§ Required action: Would you please transcribe, exactly as written, the lines of the entries below starting at the one that holds "f 349 276 275" and ending at the one that holds "f 216 214 315", both included?

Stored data

━━━━━━━━━━━━━━━━━━━━━━━━━━━━━━

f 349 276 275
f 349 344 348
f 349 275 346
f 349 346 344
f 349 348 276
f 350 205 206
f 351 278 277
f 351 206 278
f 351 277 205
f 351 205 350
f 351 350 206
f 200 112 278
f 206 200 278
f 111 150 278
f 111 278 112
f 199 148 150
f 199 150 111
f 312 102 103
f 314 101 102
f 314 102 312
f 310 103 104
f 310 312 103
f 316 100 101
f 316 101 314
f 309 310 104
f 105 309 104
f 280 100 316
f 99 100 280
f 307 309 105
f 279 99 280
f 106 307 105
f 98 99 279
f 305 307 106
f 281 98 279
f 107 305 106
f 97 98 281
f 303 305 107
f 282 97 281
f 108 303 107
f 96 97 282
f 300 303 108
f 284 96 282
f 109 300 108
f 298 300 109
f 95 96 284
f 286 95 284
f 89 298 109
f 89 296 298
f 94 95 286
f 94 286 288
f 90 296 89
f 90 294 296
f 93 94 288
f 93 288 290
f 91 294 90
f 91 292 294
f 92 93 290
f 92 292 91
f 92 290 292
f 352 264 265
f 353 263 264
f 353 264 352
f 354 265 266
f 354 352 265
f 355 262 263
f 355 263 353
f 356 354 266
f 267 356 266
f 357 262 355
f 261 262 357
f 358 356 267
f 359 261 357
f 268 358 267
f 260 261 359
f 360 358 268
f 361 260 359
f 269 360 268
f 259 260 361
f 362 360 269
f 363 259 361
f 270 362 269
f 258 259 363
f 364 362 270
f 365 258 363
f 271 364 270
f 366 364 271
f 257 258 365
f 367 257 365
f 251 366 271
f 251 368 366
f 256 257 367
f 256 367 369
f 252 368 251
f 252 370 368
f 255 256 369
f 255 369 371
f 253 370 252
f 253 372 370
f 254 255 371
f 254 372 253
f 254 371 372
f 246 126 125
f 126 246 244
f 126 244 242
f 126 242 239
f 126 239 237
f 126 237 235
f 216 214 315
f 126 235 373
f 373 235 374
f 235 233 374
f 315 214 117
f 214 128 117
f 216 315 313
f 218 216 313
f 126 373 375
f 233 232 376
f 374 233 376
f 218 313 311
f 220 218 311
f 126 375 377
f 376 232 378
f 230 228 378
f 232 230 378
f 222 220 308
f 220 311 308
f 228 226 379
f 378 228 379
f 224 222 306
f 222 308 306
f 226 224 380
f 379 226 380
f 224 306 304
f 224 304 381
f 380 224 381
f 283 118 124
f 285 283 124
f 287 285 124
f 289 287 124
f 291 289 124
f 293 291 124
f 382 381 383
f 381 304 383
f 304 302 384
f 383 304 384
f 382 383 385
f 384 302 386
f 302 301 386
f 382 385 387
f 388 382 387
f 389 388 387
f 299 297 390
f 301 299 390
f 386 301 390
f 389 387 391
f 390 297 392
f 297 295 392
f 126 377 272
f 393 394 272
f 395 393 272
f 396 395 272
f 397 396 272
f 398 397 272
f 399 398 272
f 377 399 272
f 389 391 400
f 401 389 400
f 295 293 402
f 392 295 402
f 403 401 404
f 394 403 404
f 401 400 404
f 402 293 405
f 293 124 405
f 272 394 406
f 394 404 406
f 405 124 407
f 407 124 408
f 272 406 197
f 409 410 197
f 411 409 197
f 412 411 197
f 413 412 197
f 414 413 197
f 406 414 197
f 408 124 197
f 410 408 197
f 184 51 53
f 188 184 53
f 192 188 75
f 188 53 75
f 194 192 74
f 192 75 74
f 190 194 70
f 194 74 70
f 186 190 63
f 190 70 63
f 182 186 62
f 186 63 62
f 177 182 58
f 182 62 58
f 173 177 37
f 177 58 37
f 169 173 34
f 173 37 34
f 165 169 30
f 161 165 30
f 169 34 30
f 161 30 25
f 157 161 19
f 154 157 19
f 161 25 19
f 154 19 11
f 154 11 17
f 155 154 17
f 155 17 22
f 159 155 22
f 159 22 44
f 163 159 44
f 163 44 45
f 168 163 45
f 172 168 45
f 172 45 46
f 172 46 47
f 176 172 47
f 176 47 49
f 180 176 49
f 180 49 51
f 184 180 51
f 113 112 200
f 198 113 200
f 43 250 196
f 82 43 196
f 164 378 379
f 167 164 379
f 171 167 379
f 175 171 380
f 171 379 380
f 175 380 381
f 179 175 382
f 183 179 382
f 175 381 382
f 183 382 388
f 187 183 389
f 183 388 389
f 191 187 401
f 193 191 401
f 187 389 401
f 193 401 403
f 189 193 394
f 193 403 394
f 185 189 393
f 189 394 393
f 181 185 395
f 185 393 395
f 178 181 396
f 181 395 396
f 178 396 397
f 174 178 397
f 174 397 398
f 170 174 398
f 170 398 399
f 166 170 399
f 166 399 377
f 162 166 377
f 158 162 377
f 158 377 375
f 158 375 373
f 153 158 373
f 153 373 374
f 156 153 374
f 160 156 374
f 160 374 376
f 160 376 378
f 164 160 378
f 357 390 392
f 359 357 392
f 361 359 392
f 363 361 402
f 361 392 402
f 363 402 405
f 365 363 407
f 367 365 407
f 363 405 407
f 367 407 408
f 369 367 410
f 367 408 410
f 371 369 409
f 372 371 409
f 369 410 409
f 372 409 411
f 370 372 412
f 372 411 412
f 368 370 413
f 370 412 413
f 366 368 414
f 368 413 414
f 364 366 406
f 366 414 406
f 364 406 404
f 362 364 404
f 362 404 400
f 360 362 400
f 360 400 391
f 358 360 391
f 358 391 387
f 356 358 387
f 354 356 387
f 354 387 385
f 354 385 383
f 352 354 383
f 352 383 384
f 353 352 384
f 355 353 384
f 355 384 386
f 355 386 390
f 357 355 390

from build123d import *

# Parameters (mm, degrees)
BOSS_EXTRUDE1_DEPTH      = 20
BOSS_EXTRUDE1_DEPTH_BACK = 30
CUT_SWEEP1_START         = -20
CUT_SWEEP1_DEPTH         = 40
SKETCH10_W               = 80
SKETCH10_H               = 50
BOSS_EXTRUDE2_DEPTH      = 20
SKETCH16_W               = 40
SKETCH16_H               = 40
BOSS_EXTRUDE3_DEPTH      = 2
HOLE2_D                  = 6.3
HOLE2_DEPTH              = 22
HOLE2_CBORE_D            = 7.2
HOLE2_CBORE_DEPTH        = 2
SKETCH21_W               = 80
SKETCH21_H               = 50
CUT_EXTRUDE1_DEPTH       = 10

━━━━━━━━━━━━━━━━━━━━━━━━━━━━━━

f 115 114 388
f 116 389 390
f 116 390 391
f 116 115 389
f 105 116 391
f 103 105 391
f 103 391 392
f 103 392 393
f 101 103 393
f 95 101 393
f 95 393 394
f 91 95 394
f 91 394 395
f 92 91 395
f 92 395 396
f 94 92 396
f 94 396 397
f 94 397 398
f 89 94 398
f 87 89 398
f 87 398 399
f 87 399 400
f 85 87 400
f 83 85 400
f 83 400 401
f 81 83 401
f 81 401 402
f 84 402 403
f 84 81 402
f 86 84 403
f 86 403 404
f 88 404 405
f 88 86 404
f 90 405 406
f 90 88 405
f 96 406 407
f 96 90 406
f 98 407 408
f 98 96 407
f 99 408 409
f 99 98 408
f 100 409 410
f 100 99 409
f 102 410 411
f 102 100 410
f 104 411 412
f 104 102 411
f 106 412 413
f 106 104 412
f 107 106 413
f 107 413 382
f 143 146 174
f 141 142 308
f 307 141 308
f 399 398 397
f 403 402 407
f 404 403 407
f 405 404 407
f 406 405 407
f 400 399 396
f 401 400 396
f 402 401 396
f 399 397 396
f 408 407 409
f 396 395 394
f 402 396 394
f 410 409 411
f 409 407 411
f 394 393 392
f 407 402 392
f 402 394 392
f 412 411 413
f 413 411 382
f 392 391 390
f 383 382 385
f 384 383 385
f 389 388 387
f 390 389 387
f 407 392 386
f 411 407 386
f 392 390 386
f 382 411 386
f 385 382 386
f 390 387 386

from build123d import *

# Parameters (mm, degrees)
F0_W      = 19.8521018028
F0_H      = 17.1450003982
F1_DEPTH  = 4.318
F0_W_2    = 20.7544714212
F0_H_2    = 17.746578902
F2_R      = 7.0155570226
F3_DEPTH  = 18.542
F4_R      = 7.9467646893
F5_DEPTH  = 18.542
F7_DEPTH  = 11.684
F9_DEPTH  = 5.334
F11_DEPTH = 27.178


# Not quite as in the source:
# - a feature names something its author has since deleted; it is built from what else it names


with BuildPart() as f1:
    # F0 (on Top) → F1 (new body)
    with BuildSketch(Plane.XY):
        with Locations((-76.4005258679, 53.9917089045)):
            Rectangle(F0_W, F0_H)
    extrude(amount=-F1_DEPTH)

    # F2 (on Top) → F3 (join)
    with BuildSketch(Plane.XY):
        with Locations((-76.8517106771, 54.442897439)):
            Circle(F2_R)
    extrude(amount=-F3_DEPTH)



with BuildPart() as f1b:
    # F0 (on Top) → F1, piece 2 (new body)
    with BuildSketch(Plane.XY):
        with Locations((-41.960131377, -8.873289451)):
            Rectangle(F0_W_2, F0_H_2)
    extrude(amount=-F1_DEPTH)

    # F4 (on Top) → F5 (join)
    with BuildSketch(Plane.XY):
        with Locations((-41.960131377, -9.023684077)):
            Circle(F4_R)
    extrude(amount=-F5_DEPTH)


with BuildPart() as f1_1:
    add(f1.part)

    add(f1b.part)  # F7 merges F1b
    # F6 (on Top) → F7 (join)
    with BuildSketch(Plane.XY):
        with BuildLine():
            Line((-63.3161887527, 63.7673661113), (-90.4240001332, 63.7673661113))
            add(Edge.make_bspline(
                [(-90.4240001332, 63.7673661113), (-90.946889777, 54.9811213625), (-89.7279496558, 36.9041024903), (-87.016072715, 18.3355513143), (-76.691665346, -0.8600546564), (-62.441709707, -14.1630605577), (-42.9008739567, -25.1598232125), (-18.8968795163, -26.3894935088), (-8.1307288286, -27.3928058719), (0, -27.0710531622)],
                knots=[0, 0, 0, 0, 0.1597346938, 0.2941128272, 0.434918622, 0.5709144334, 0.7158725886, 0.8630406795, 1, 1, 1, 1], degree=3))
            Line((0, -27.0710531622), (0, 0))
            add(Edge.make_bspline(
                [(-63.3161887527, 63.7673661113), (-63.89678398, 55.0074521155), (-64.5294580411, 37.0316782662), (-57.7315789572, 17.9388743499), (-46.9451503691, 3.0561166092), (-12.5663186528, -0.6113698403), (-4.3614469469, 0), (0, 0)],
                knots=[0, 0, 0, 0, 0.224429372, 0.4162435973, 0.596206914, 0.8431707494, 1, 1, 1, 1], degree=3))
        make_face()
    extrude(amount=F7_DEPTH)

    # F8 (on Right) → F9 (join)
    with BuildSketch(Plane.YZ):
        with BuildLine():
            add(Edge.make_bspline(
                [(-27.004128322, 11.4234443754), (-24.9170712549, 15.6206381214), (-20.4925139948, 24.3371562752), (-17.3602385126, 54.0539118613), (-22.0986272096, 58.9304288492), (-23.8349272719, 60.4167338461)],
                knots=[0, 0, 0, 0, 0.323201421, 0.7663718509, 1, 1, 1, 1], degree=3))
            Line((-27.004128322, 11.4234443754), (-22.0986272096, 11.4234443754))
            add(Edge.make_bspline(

━━━━━━━━━━━━━━━━━━━━━━━━━━━━━━

§ Response to the task:
f 349 276 275
f 349 344 348
f 349 275 346
f 349 346 344
f 349 348 276
f 350 205 206
f 351 278 277
f 351 206 278
f 351 277 205
f 351 205 350
f 351 350 206
f 200 112 278
f 206 200 278
f 111 150 278
f 111 278 112
f 199 148 150
f 199 150 111
f 312 102 103
f 314 101 102
f 314 102 312
f 310 103 104
f 310 312 103
f 316 100 101
f 316 101 314
f 309 310 104
f 105 309 104
f 280 100 316
f 99 100 280
f 307 309 105
f 279 99 280
f 106 307 105
f 98 99 279
f 305 307 106
f 281 98 279
f 107 305 106
f 97 98 281
f 303 305 107
f 282 97 281
f 108 303 107
f 96 97 282
f 300 303 108
f 284 96 282
f 109 300 108
f 298 300 109
f 95 96 284
f 286 95 284
f 89 298 109
f 89 296 298
f 94 95 286
f 94 286 288
f 90 296 89
f 90 294 296
f 93 94 288
f 93 288 290
f 91 294 90
f 91 292 294
f 92 93 290
f 92 292 91
f 92 290 292
f 352 264 265
f 353 263 264
f 353 264 352
f 354 265 266
f 354 352 265
f 355 262 263
f 355 263 353
f 356 354 266
f 267 356 266
f 357 262 355
f 261 262 357
f 358 356 267
f 359 261 357
f 268 358 267
f 260 261 359
f 360 358 268
f 361 260 359
f 269 360 268
f 259 260 361
f 362 360 269
f 363 259 361
f 270 362 269
f 258 259 363
f 364 362 270
f 365 258 363
f 271 364 270
f 366 364 271
f 257 258 365
f 367 257 365
f 251 366 271
f 251 368 366
f 256 257 367
f 256 367 369
f 252 368 251
f 252 370 368
f 255 256 369
f 255 369 371
f 253 370 252
f 253 372 370
f 254 255 371
f 254 372 253
f 254 371 372
f 246 126 125
f 126 246 244
f 126 244 242
f 126 242 239
f 126 239 237
f 126 237 235
f 216 214 315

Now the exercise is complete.